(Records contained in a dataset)
-- -- --
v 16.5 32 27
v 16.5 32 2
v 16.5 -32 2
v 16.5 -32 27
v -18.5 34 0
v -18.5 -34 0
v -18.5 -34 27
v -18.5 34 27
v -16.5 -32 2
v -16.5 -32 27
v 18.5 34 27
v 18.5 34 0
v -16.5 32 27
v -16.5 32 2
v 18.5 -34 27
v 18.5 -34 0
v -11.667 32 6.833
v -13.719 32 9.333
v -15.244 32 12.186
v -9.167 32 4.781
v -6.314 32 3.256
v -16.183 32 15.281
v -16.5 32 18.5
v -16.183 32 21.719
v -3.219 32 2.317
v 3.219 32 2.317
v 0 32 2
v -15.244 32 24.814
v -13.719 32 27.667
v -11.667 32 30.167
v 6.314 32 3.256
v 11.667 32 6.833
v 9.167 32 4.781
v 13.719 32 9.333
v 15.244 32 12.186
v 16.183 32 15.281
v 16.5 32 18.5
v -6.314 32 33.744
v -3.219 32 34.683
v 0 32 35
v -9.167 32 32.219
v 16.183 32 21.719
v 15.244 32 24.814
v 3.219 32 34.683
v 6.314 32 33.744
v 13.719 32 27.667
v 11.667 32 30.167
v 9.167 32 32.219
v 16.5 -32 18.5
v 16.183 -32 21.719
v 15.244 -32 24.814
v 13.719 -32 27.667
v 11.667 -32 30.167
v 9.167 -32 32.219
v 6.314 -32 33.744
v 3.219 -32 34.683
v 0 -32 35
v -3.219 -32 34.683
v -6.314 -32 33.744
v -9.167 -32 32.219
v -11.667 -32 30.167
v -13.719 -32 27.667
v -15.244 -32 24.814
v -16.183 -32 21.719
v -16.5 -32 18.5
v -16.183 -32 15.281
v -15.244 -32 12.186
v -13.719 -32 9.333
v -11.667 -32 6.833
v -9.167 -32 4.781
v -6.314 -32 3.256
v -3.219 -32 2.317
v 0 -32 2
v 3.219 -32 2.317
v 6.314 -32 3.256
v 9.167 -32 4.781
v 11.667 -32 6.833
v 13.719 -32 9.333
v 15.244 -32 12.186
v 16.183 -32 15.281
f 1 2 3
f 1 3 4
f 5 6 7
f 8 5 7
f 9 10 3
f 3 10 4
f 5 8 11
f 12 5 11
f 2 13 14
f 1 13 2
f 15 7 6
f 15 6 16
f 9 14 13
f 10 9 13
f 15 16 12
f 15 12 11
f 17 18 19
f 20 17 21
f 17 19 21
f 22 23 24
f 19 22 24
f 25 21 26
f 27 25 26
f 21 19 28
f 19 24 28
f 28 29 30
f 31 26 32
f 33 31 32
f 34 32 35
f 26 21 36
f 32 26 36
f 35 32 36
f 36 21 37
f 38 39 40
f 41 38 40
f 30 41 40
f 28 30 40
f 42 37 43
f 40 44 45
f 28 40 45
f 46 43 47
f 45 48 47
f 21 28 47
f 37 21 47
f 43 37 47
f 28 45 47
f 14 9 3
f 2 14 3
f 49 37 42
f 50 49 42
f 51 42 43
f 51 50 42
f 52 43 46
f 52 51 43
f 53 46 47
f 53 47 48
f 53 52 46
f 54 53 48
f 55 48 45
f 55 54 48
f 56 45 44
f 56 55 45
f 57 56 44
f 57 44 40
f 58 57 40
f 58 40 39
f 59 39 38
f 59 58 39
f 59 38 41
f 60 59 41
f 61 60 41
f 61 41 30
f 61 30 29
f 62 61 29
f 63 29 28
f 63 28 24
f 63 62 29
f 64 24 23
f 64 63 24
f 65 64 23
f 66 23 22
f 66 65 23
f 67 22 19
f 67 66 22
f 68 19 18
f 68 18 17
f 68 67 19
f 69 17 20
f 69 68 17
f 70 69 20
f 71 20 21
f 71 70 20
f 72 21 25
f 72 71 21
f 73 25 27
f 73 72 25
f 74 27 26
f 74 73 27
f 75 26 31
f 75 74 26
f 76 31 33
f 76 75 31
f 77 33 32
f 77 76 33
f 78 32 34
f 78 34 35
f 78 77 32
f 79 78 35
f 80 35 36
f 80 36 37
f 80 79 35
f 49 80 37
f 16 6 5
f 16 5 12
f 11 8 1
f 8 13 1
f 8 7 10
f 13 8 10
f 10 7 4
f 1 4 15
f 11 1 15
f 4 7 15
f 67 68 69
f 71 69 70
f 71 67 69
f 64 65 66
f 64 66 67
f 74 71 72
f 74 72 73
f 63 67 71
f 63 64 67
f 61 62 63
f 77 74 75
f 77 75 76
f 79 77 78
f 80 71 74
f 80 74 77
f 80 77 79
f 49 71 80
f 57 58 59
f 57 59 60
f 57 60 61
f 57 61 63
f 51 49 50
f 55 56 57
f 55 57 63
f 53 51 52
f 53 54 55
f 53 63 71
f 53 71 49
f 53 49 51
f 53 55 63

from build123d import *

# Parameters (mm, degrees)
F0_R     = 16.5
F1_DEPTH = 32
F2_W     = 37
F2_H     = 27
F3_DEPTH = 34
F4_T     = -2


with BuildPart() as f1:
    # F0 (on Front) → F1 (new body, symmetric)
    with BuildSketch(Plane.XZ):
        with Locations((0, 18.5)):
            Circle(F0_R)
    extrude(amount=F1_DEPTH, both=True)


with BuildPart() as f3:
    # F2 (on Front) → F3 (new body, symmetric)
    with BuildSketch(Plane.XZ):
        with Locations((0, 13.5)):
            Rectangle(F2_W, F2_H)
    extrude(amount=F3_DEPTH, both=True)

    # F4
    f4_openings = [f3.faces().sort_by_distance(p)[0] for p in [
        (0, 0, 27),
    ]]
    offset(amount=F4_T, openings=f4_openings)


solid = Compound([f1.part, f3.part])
-- -- --
:: YOUR GOAL ::
Output the data once more, exactly as given.

:: FINAL ANSWER ::
v 16.5 32 27
v 16.5 32 2
v 16.5 -32 2
v 16.5 -32 27
v -18.5 34 0
v -18.5 -34 0
v -18.5 -34 27
v -18.5 34 27
v -16.5 -32 2
v -16.5 -32 27
v 18.5 34 27
v 18.5 34 0
v -16.5 32 27
v -16.5 32 2
v 18.5 -34 27
v 18.5 -34 0
v -11.667 32 6.833
v -13.719 32 9.333
v -15.244 32 12.186
v -9.167 32 4.781
v -6.314 32 3.256
v -16.183 32 15.281
v -16.5 32 18.5
v -16.183 32 21.719
v -3.219 32 2.317
v 3.219 32 2.317
v 0 32 2
v -15.244 32 24.814
v -13.719 32 27.667
v -11.667 32 30.167
v 6.314 32 3.256
v 11.667 32 6.833
v 9.167 32 4.781
v 13.719 32 9.333
v 15.244 32 12.186
v 16.183 32 15.281
v 16.5 32 18.5
v -6.314 32 33.744
v -3.219 32 34.683
v 0 32 35
v -9.167 32 32.219
v 16.183 32 21.719
v 15.244 32 24.814
v 3.219 32 34.683
v 6.314 32 33.744
v 13.719 32 27.667
v 11.667 32 30.167
v 9.167 32 32.219
v 16.5 -32 18.5
v 16.183 -32 21.719
v 15.244 -32 24.814
v 13.719 -32 27.667
v 11.667 -32 30.167
v 9.167 -32 32.219
v 6.314 -32 33.744
v 3.219 -32 34.683
v 0 -32 35
v -3.219 -32 34.683
v -6.314 -32 33.744
v -9.167 -32 32.219
v -11.667 -32 30.167
v -13.719 -32 27.667
v -15.244 -32 24.814
v -16.183 -32 21.719
v -16.5 -32 18.5
v -16.183 -32 15.281
v -15.244 -32 12.186
v -13.719 -32 9.333
v -11.667 -32 6.833
v -9.167 -32 4.781
v -6.314 -32 3.256
v -3.219 -32 2.317
v 0 -32 2
v 3.219 -32 2.317
v 6.314 -32 3.256
v 9.167 -32 4.781
v 11.667 -32 6.833
v 13.719 -32 9.333
v 15.244 -32 12.186
v 16.183 -32 15.281
f 1 2 3
f 1 3 4
f 5 6 7
f 8 5 7
f 9 10 3
f 3 10 4
f 5 8 11
f 12 5 11
f 2 13 14
f 1 13 2
f 15 7 6
f 15 6 16
f 9 14 13
f 10 9 13
f 15 16 12
f 15 12 11
f 17 18 19
f 20 17 21
f 17 19 21
f 22 23 24
f 19 22 24
f 25 21 26
f 27 25 26
f 21 19 28
f 19 24 28
f 28 29 30
f 31 26 32
f 33 31 32
f 34 32 35
f 26 21 36
f 32 26 36
f 35 32 36
f 36 21 37
f 38 39 40
f 41 38 40
f 30 41 40
f 28 30 40
f 42 37 43
f 40 44 45
f 28 40 45
f 46 43 47
f 45 48 47
f 21 28 47
f 37 21 47
f 43 37 47
f 28 45 47
f 14 9 3
f 2 14 3
f 49 37 42
f 50 49 42
f 51 42 43
f 51 50 42
f 52 43 46
f 52 51 43
f 53 46 47
f 53 47 48
f 53 52 46
f 54 53 48
f 55 48 45
f 55 54 48
f 56 45 44
f 56 55 45
f 57 56 44
f 57 44 40
f 58 57 40
f 58 40 39
f 59 39 38
f 59 58 39
f 59 38 41
f 60 59 41
f 61 60 41
f 61 41 30
f 61 30 29
f 62 61 29
f 63 29 28
f 63 28 24
f 63 62 29
f 64 24 23
f 64 63 24
f 65 64 23
f 66 23 22
f 66 65 23
f 67 22 19
f 67 66 22
f 68 19 18
f 68 18 17
f 68 67 19
f 69 17 20
f 69 68 17
f 70 69 20
f 71 20 21
f 71 70 20
f 72 21 25
f 72 71 21
f 73 25 27
f 73 72 25
f 74 27 26
f 74 73 27
f 75 26 31
f 75 74 26
f 76 31 33
f 76 75 31
f 77 33 32
f 77 76 33
f 78 32 34
f 78 34 35
f 78 77 32
f 79 78 35
f 80 35 36
f 80 36 37
f 80 79 35
f 49 80 37
f 16 6 5
f 16 5 12
f 11 8 1
f 8 13 1
f 8 7 10
f 13 8 10
f 10 7 4
f 1 4 15
f 11 1 15
f 4 7 15
f 67 68 69
f 71 69 70
f 71 67 69
f 64 65 66
f 64 66 67
f 74 71 72
f 74 72 73
f 63 67 71
f 63 64 67
f 61 62 63
f 77 74 75
f 77 75 76
f 79 77 78
f 80 71 74
f 80 74 77
f 80 77 79
f 49 71 80
f 57 58 59
f 57 59 60
f 57 60 61
f 57 61 63
f 51 49 50
f 55 56 57
f 55 57 63
f 53 51 52
f 53 54 55
f 53 63 71
f 53 71 49
f 53 49 51
f 53 55 63

from build123d import *

# Parameters (mm, degrees)
F0_R     = 16.5
F1_DEPTH = 32
F2_W     = 37
F2_H     = 27
F3_DEPTH = 34
F4_T     = -2


with BuildPart() as f1:
    # F0 (on Front) → F1 (new body, symmetric)
    with BuildSketch(Plane.XZ):
        with Locations((0, 18.5)):
            Circle(F0_R)
    extrude(amount=F1_DEPTH, both=True)


with BuildPart() as f3:
    # F2 (on Front) → F3 (new body, symmetric)
    with BuildSketch(Plane.XZ):
        with Locations((0, 13.5)):
            Rectangle(F2_W, F2_H)
    extrude(amount=F3_DEPTH, both=True)

    # F4
    f4_openings = [f3.faces().sort_by_distance(p)[0] for p in [
        (0, 0, 27),
    ]]
    offset(amount=F4_T, openings=f4_openings)


solid = Compound([f1.part, f3.part])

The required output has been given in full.